From the Section 3.3 results, we found that multi-layered bipolar ionic diodes operate reliably over a wide range of salt concentrations. High performance of ion rectification means that there is a distinction between ion accumulation and depletion phenomenon depending on the bias direction. When ions are accumulated, the conductivity of the multi-layered bipolar ionic diode increases, and when ions are depleted, the conductivity decreases.
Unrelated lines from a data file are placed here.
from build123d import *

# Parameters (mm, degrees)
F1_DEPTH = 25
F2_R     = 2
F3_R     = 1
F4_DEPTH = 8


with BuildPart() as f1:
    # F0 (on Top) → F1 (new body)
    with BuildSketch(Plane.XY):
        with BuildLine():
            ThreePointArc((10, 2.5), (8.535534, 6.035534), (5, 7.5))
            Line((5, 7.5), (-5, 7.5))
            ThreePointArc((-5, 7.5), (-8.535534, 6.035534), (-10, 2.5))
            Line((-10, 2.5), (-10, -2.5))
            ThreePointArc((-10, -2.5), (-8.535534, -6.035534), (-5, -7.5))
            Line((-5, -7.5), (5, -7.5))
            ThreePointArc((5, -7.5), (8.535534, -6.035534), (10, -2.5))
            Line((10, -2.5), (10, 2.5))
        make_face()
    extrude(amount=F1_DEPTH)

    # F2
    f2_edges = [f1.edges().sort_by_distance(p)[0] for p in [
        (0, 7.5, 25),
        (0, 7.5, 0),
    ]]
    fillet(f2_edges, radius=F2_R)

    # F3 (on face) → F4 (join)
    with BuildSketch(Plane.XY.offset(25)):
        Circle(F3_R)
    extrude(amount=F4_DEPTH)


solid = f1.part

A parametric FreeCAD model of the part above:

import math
import FreeCAD as App
import Part
import Sketcher

V = App.Vector


def edges_at(feature, points):
    """Names of the edges that pass closest to the given points."""
    edges = feature.Shape.Edges
    near = lambda p: min(range(len(edges)), key=lambda i: edges[i].distToShape(Part.Vertex(*p))[0])
    return sorted({f"Edge{near(p) + 1}" for p in points})

doc = App.newDocument("Part")
body = doc.addObject("PartDesign::Body", "Body")

# Sketch on XY plane
sketch1 = body.newObject("Sketcher::SketchObject", "Sketch")
sketch1.AttachmentSupport = (doc.getObject("XY_Plane"), [""])
sketch1.MapMode = "FlatFace"
sketch1.addGeometry([
    Part.ArcOfCircle(Part.Circle(V(5, 2.5, 0), V(0, 0, 1), 5), math.radians(0), math.radians(90)),  # 0
    Part.LineSegment(V(5, 7.5, 0), V(-5, 7.5, 0)),  # 1
    Part.ArcOfCircle(Part.Circle(V(-5, 2.5, 0), V(0, 0, 1), 5), math.radians(90), math.radians(180)),  # 2
    Part.LineSegment(V(-10, 2.5, 0), V(-10, -2.5, 0)),  # 3
    Part.ArcOfCircle(Part.Circle(V(-5, -2.5, 0), V(0, 0, 1), 5), math.radians(180), math.radians(270)),  # 4
    Part.LineSegment(V(-5, -7.5, 0), V(5, -7.5, 0)),  # 5
    Part.ArcOfCircle(Part.Circle(V(5, -2.5, 0), V(0, 0, 1), 5), math.radians(-90), math.radians(0)),  # 6
    Part.LineSegment(V(10, -2.5, 0), V(10, 2.5, 0)),  # 7
], False)
sketch1.addConstraint([
    Sketcher.Constraint("Tangent", 0, 2, 1, 1),
    Sketcher.Constraint("Tangent", 1, 2, 2, 1),
    Sketcher.Constraint("Tangent", 2, 2, 3, 1),
    Sketcher.Constraint("Tangent", 3, 2, 4, 1),
    Sketcher.Constraint("Tangent", 4, 2, 5, 1),
    Sketcher.Constraint("Tangent", 5, 2, 6, 1),
    Sketcher.Constraint("Tangent", 6, 2, 7, 1),
    Sketcher.Constraint("Tangent", 7, 2, 0, 1),
    Sketcher.Constraint("Horizontal", 1),
    Sketcher.Constraint("Vertical", 3),
    Sketcher.Constraint("Horizontal", 5),
    Sketcher.Constraint("Vertical", 7),
    Sketcher.Constraint("Equal", 0, 2),
    Sketcher.Constraint("Equal", 2, 4),
    Sketcher.Constraint("Equal", 4, 6),
    Sketcher.Constraint("Symmetric", 0, 3, 4, 3, -1, 1),
    Sketcher.Constraint("Radius", 0, 5.0),
    Sketcher.Constraint("DistanceX", 1, 2, 1, 1, 10.0),
    Sketcher.Constraint("DistanceY", 3, 2, 3, 1, 5.0),
])
pad1 = body.newObject("PartDesign::Pad", "Pad")
pad1.Profile = sketch1
pad1.Length = 25
doc.recompute()

fillet = body.newObject("PartDesign::Fillet", "Fillet")
fillet.Base = (pad1, edges_at(pad1, [(0, 7.5, 25), (0, 7.5, 0)]))
fillet.Radius = 2

# Sketch on XY plane
sketch2 = body.newObject("Sketcher::SketchObject", "Sketch001")
sketch2.AttachmentSupport = (doc.getObject("XY_Plane"), [""])
sketch2.MapMode = "FlatFace"
sketch2.AttachmentOffset = App.Placement(V(0, 0, 25), App.Rotation())
sketch2.addGeometry(Part.Circle(V(0, 0, 0), V(0, 0, 1), 1), False)
sketch2.addConstraint([
    Sketcher.Constraint("Coincident", 0, 3, -1, 1),
    Sketcher.Constraint("Diameter", 0, 2.0),
])
pad2 = body.newObject("PartDesign::Pad", "Pad001")
pad2.Profile = sketch2
pad2.Length = 8

doc.recompute()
As shown in Figure 6B–D, when an AC potential ranging from −5 V to +5 V is applied, the multi-layered bipolar ionic diode has high current values at positive voltages and low current values at negative voltages. It has been reported that a hysteretic loop is drawn in the current–voltage diagram when a periodic voltage is applied to a conical nanochannel (as memristor) [11,39]. We conducted experiments under 10, 1, and 0.1 Hz conditions and found hysteresis loops that crossed zero at frequencies of 1 and 0.1 Hz, and it had the optimal hysteresis loop at 0.1 Hz at KCl 10 mM, as shown in Figure 6A. The width of the hysteresis is an important indicator of the memory capacity and stability of the memristor device, and the larger the width of the hysteresis, the more information storage or signal processing functions can be realized. The broad hysteresis with these characteristics was at KCl 10 mM and 0.1 Hz. In addition, the zero-crossing wide hysteresis loop in ionic memristors has been studied at the salt concentration of 10 mM, normally [12,40]. Figure 6B–D shows the hysteresis loop at KCl 1 mM, 10 mM, and 100 mM, respectively, and the best form of hysteresis loop was observed at 10 mM. The multi-layered bipolar ionic diode has decent hysteresis loops at lower (KCl 1 mM) and higher concentrations (KCl 100 mM) also. This shows the feasibility of bipolar diodes as memristors, especially in multi-layered bipolar ionic diodes, which operate over a wide range of concentrations.

4. Conclusions

We propose a multi-layered bipolar ionic diode made of AS- and CS-NCNM produced by nanoparticle self-assembly in this study. The geometry modification of NCNM and surface charge management is very simple and freely adjustable due to the relatively simple soft-lithography and functionalization, proper size, and material selection of nanoparticles. ICR features were explored with respect to changes in NCNM shape and ion concentration, and we discovered that the highest ICR in a multi-layered ionic diode was secured when each AS- and CS-NCNM volume was the same as each volume in a single-layered device (our previous result). The multi-layered diode exhibited stable ICR performance over a wide range of salt concentrations. Additionally, the outcomes of the numerical simulations showed that the multi-layered bipolar ionic diode performs ion rectification better than the single-layered device in terms of overall salt concentration. Furthermore, by applying an alternating current potential to a multi-layered bipolar ionic diode, an ordinary hysteresis loop for the memristor was created, and decent hysteresis loops were found over a wide range of salt concentrations. This demonstrates the promising potential of the suggested ionic diodes as memristors, electroosmotic pumps, biosensing, and energy harvesting devices that work at low and high concentrations consistently. In terms of geometry change, other shape changes can be explored in the near future to improve the performance of ionic diodes such as tapered with various angles, hyperbolic shape, etc.